Kay is often seen as a pioneer for interracial acts in Japan, paving the way for those to follow like Thelma Aoyama and JERO. “It's really nice to hear that and it makes me proud,” Kay smiled. “Because they saw that there's representation, they had the motivation to be like, 'Oh, I can do this, too.' To be acknowledged that you're the reason that helped them pave their way. That's an honor.”

Of course, at the time as a teen, the thought of being a trailblazer never really occurred to her. “There wasn't a moment where I was like, 'Oh, I'm alone. I'm doing this all by myself,' because I was just so busy. I didn't really have a moment to just stand there and think about that, really, because I was like, 'I have homework. I have basketball. I have a promo on the weekend.' So I was just surviving day to day, trying to get through it.”

Photography by Yulia Shur
That said, Kay was more than aware of being different from most Japanese people. She found herself in a perpetual identity crisis when it came to being mixed-race and the idea of being Japanese. “[I remember] not really understanding where I stood or not really being able to be proud that I'm half-black and half-Korean, because it was kind of like, I'm a double minority—especially being here,” she told me. “[Japan is] a homogeneous society and country, so there's no place to really stand up and be out and proud about that kind of stuff.”

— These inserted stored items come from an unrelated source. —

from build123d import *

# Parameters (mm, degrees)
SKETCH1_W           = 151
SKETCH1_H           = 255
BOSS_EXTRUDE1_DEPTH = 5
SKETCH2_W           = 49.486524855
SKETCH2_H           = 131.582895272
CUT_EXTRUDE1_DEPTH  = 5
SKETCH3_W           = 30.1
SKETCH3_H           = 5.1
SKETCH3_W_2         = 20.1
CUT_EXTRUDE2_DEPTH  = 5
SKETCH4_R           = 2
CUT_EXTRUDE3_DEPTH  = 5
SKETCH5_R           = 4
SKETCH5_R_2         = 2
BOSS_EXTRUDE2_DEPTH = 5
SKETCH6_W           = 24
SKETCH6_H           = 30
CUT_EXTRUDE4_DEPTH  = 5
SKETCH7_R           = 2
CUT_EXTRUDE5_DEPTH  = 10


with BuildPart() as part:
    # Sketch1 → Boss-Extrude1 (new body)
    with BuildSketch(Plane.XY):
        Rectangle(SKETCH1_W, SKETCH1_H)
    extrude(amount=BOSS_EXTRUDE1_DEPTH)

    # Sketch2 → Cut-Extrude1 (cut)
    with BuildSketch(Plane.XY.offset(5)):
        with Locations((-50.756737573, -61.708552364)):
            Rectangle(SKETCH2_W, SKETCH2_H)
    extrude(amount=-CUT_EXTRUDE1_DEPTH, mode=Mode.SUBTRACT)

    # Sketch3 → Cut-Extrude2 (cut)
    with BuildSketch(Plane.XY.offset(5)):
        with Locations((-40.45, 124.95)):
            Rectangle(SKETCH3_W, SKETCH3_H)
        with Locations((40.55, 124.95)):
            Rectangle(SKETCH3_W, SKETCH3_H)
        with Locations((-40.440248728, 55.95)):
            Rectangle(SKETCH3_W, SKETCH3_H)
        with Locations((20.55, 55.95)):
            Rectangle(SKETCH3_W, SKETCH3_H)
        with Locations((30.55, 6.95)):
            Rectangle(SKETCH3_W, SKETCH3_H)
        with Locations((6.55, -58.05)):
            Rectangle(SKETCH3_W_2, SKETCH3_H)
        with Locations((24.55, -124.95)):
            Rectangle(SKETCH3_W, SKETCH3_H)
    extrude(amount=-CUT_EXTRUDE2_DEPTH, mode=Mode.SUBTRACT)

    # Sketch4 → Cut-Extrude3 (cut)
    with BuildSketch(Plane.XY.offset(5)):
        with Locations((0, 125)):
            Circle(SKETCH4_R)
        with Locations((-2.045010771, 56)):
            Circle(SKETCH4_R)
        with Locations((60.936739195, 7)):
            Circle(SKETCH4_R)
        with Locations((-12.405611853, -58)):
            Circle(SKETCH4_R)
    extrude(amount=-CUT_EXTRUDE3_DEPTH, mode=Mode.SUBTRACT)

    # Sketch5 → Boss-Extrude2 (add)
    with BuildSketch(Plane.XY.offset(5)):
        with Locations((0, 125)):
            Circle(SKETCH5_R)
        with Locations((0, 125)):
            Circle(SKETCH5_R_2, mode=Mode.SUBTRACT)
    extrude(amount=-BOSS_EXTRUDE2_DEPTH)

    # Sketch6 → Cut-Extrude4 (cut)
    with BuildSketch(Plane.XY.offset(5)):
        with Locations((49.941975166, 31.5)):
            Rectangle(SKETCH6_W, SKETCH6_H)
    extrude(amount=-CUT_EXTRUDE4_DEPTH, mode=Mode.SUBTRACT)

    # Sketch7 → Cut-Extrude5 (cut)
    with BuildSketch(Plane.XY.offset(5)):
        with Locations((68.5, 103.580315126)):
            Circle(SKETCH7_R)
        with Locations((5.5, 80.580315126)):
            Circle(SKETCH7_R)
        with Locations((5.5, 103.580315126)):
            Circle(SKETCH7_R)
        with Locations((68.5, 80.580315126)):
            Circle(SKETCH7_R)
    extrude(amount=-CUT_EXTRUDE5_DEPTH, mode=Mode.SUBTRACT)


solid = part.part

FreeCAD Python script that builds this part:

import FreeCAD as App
import Part
import Sketcher

V = App.Vector

doc = App.newDocument("Part")
params = doc.addObject("Spreadsheet::Sheet", "Params")
for row, (alias, value) in enumerate([
    ("sketch1_width", "151 mm"),
    ("sketch1_height", "255 mm"),
    ("pad1_length", "5 mm"),
    ("pocket1_length", "5 mm"),
    ("sketch3_width", "30.1 mm"),
    ("sketch3_width2", "20.1 mm"),
    ("sketch3_height", "5.1 mm"),
    ("pocket2_length", "5 mm"),
    ("sketch4_diameter", "4 mm"),
    ("pocket3_length", "5 mm"),
    ("sketch5_diameter", "8 mm"),
    ("sketch5_diameter2", "4 mm"),
    ("pad2_length", "5 mm"),
    ("sketch6_width", "24 mm"),
    ("sketch6_height", "30 mm"),
    ("pocket4_length", "5 mm"),
    ("sketch7_diameter", "4 mm"),
    ("pocket5_length", "10 mm"),
], start=1):
    params.set(f"A{row}", alias)
    params.set(f"B{row}", "=" + value)
    params.setAlias(f"B{row}", alias)

body = doc.addObject("PartDesign::Body", "Body")

# Sketch on XY plane
sketch1 = doc.addObject("Sketcher::SketchObject", "Sketch")
body.addObject(sketch1)
sketch1.AttachmentSupport = (doc.XY_Plane, [""])
sketch1.MapMode = "FlatFace"
sketch1.addGeometry(Part.LineSegment(V(-76, 128, 0), V(-76, -128, 0)), False)
sketch1.addGeometry(Part.LineSegment(V(-76, -128, 0), V(76, -128, 0)), False)
sketch1.addGeometry(Part.LineSegment(V(76, -128, 0), V(76, 128, 0)), False)
sketch1.addGeometry(Part.LineSegment(V(76, 128, 0), V(-76, 128, 0)), False)
sketch1.addConstraint(Sketcher.Constraint("Coincident", 0, 2, 1, 1))
sketch1.addConstraint(Sketcher.Constraint("Coincident", 1, 2, 2, 1))
sketch1.addConstraint(Sketcher.Constraint("Coincident", 2, 2, 3, 1))
sketch1.addConstraint(Sketcher.Constraint("Coincident", 3, 2, 0, 1))
sketch1.addConstraint(Sketcher.Constraint("Vertical", 0))
sketch1.addConstraint(Sketcher.Constraint("Horizontal", 1))
sketch1.addConstraint(Sketcher.Constraint("Vertical", 2))
sketch1.addConstraint(Sketcher.Constraint("Horizontal", 3))
sketch1.addConstraint(Sketcher.Constraint("Symmetric", 0, 2, 2, 2, -1, 1))
sketch1.addConstraint(Sketcher.Constraint("DistanceX", 1, 1, 1, 2, 151.0))
sketch1.addConstraint(Sketcher.Constraint("DistanceY", 0, 2, 0, 1, 255.0))
sketch1.setExpression("Constraints[9]", "Params.sketch1_width")
sketch1.setExpression("Constraints[10]", "Params.sketch1_height")
pad1 = doc.addObject("PartDesign::Pad", "Pad")
body.addObject(pad1)
pad1.Profile = sketch1
pad1.setExpression("Length", "Params.pad1_length")

# Sketch on XY plane
sketch2 = doc.addObject("Sketcher::SketchObject", "Sketch001")
body.addObject(sketch2)
sketch2.AttachmentSupport = (doc.XY_Plane, [""])
sketch2.MapMode = "FlatFace"
sketch2.AttachmentOffset = App.Placement(V(0, 0, 5), App.Rotation())
sketch2.addGeometry(Part.LineSegment(V(-76, 4, 0), V(-76, -128, 0)), False)
sketch2.addGeometry(Part.LineSegment(V(-76, -128, 0), V(-26, -128, 0)), False)
sketch2.addGeometry(Part.LineSegment(V(-26, -128, 0), V(-26, 4, 0)), False)
sketch2.addGeometry(Part.LineSegment(V(-26, 4, 0), V(-76, 4, 0)), False)
sketch2.addConstraint(Sketcher.Constraint("Coincident", 0, 2, 1, 1))
sketch2.addConstraint(Sketcher.Constraint("Coincident", 1, 2, 2, 1))
sketch2.addConstraint(Sketcher.Constraint("Coincident", 2, 2, 3, 1))
sketch2.addConstraint(Sketcher.Constraint("Coincident", 3, 2, 0, 1))
sketch2.addConstraint(Sketcher.Constraint("Vertical", 0))
sketch2.addConstraint(Sketcher.Constraint("Horizontal", 1))
sketch2.addConstraint(Sketcher.Constraint("Vertical", 2))
sketch2.addConstraint(Sketcher.Constraint("Horizontal", 3))
sketch2.addConstraint(Sketcher.Constraint("DistanceX", 0, 2, -1, 1, 75.5))
sketch2.addConstraint(Sketcher.Constraint("DistanceY", 0, 2, -1, 1, 127.5))
sketch2.addConstraint(Sketcher.Constraint("DistanceX", 1, 1, 1, 2, 49.486525))
sketch2.addConstraint(Sketcher.Constraint("DistanceY", 0, 2, 0, 1, 131.582895))
pocket1 = doc.addObject("PartDesign::Pocket", "Pocket")
body.addObject(pocket1)
pocket1.Profile = sketch2
pocket1.setExpression("Length", "Params.pocket1_length")

# Sketch on XY plane
sketch3 = doc.addObject("Sketcher::SketchObject", "Sketch002")
body.addObject(sketch3)
sketch3.AttachmentSupport = (doc.XY_Plane, [""])
sketch3.MapMode = "FlatFace"
sketch3.AttachmentOffset = App.Placement(V(0, 0, 5), App.Rotation())
sketch3.addGeometry(Part.LineSegment(V(-56, 128, 0), V(-56, 122, 0)), False)
sketch3.addGeometry(Part.LineSegment(V(-56, 122, 0), V(-25, 122, 0)), False)
sketch3.addGeometry(Part.LineSegment(V(-25, 122, 0), V(-25, 128, 0)), False)
sketch3.addGeometry(Part.LineSegment(V(-25, 128, 0), V(-56, 128, 0)), False)
sketch3.addGeometry(Part.LineSegment(V(26, 128, 0), V(26, 122, 0)), False)
sketch3.addGeometry(Part.LineSegment(V(26, 122, 0), V(56, 122, 0)), False)
sketch3.addGeometry(Part.LineSegment(V(56, 122, 0), V(56, 128, 0)), False)
sketch3.addGeometry(Part.LineSegment(V(56, 128, 0), V(26, 128, 0)), False)
sketch3.addGeometry(Part.LineSegment(V(-55, 58, 0), V(-55, 53, 0)), False)
sketch3.addGeometry(Part.LineSegment(V(-55, 53, 0), V(-25, 53, 0)), False)
sketch3.addGeometry(Part.LineSegment(V(-25, 53, 0), V(-25, 58, 0)), False)
sketch3.addGeometry(Part.LineSegment(V(-25, 58, 0), V(-55, 58, 0)), False)
sketch3.addGeometry(Part.LineSegment(V(6, 58, 0), V(6, 53, 0)), False)
sketch3.addGeometry(Part.LineSegment(V(6, 53, 0), V(36, 53, 0)), False)
sketch3.addGeometry(Part.LineSegment(V(36, 53, 0), V(36, 58, 0)), False)
sketch3.addGeometry(Part.LineSegment(V(36, 58, 0), V(6, 58, 0)), False)
sketch3.addGeometry(Part.LineSegment(V(16, 10, 0), V(16, 4, 0)), False)
sketch3.addGeometry(Part.LineSegment(V(16, 4, 0), V(46, 4, 0)), False)
sketch3.addGeometry(Part.LineSegment(V(46, 4, 0), V(46, 10, 0)), False)
sketch3.addGeometry(Part.LineSegment(V(46, 10, 0), V(16, 10, 0)), False)
sketch3.addGeometry(Part.LineSegment(V(-4, -56, 0), V(-4, -61, 0)), False)
sketch3.addGeometry(Part.LineSegment(V(-4, -61, 0), V(17, -61, 0)), False)
sketch3.addGeometry(Part.LineSegment(V(17, -61, 0), V(17, -56, 0)), False)
sketch3.addGeometry(Part.LineSegment(V(17, -56, 0), V(-4, -56, 0)), False)
sketch3.addGeometry(Part.LineSegment(V(10, -122, 0), V(10, -128, 0)), False)
sketch3.addGeometry(Part.LineSegment(V(10, -128, 0), V(40, -128, 0)), False)
sketch3.addGeometry(Part.LineSegment(V(40, -128, 0), V(40, -122, 0)), False)
sketch3.addGeometry(Part.LineSegment(V(40, -122, 0), V(10, -122, 0)), False)
sketch3.addConstraint(Sketcher.Constraint("Coincident", 0, 2, 1, 1))
sketch3.addConstraint(Sketcher.Constraint("Coincident", 1, 2, 2, 1))
sketch3.addConstraint(Sketcher.Constraint("Coincident", 2, 2, 3, 1))
sketch3.addConstraint(Sketcher.Constraint("Coincident", 3, 2, 0, 1))
sketch3.addConstraint(Sketcher.Constraint("Coincident", 4, 2, 5, 1))
sketch3.addConstraint(Sketcher.Constraint("Coincident", 5, 2, 6, 1))
sketch3.addConstraint(Sketcher.Constraint("Coincident", 6, 2, 7, 1))
sketch3.addConstraint(Sketcher.Constraint("Coincident", 7, 2, 4, 1))
sketch3.addConstraint(Sketcher.Constraint("Coincident", 8, 2, 9, 1))
sketch3.addConstraint(Sketcher.Constraint("Coincident", 9, 2, 10, 1))
sketch3.addConstraint(Sketcher.Constraint("Coincident", 10, 2, 11, 1))
sketch3.addConstraint(Sketcher.Constraint("Coincident", 11, 2, 8, 1))
sketch3.addConstraint(Sketcher.Constraint("Coincident", 12, 2, 13, 1))
sketch3.addConstraint(Sketcher.Constraint("Coincident", 13, 2, 14, 1))
sketch3.addConstraint(Sketcher.Constraint("Coincident", 14, 2, 15, 1))
sketch3.addConstraint(Sketcher.Constraint("Coincident", 15, 2, 12, 1))
sketch3.addConstraint(Sketcher.Constraint("Coincident", 16, 2, 17, 1))
sketch3.addConstraint(Sketcher.Constraint("Coincident", 17, 2, 18, 1))
sketch3.addConstraint(Sketcher.Constraint("Coincident", 18, 2, 19, 1))
sketch3.addConstraint(Sketcher.Constraint("Coincident", 19, 2, 16, 1))
sketch3.addConstraint(Sketcher.Constraint("Coincident", 20, 2, 21, 1))
sketch3.addConstraint(Sketcher.Constraint("Coincident", 21, 2, 22, 1))
sketch3.addConstraint(Sketcher.Constraint("Coincident", 22, 2, 23, 1))
sketch3.addConstraint(Sketcher.Constraint("Coincident", 23, 2, 20, 1))
sketch3.addConstraint(Sketcher.Constraint("Coincident", 24, 2, 25, 1))
sketch3.addConstraint(Sketcher.Constraint("Coincident", 25, 2, 26, 1))
sketch3.addConstraint(Sketcher.Constraint("Coincident", 26, 2, 27, 1))
sketch3.addConstraint(Sketcher.Constraint("Coincident", 27, 2, 24, 1))
sketch3.addConstraint(Sketcher.Constraint("Vertical", 0))
sketch3.addConstraint(Sketcher.Constraint("Horizontal", 1))
sketch3.addConstraint(Sketcher.Constraint("Vertical", 2))
sketch3.addConstraint(Sketcher.Constraint("Horizontal", 3))
sketch3.addConstraint(Sketcher.Constraint("Vertical", 4))
sketch3.addConstraint(Sketcher.Constraint("Horizontal", 5))
sketch3.addConstraint(Sketcher.Constraint("Vertical", 6))
sketch3.addConstraint(Sketcher.Constraint("Horizontal", 7))
sketch3.addConstraint(Sketcher.Constraint("Vertical", 8))
sketch3.addConstraint(Sketcher.Constraint("Horizontal", 9))
sketch3.addConstraint(Sketcher.Constraint("Vertical", 10))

Luckily, over the years, Kay seems to have found her center—largely thanks to going abroad. “It presents me an opportunity to kind of think of that kind of stuff when I'm outside [of Japan] because everywhere else is so diverse and blunt and it's kind of like, you have to be sure of who you are, and where you're from,” Kay explained. “I feel more comfortable about who I am, and I see my uniqueness as a charm or a weapon and not a minus.”

Kay also had some advice for anyone growing up in a mixed-race situation like her own. “I think my advice would be to embrace your uniqueness. [...] If you see or know you have something you really like to do—drawing or singing or dancing or sports or whatever it is—just really focus on that and just be the best at it.”

“I think the more confident and happy you are, the more people will gravitate towards that. That's just kind of how it works. Embrace the uniqueness and just really hone in on whatever craft or talent you have because that's probably going to really help in the near future,” Kay continued. “And be proud, because people are finally starting to see that it's cool to be mixed—and people can't deny it when you're good at something.”

Crystal Kay's latest single, “That Girl” is out now and can be viewed on her official YouTube.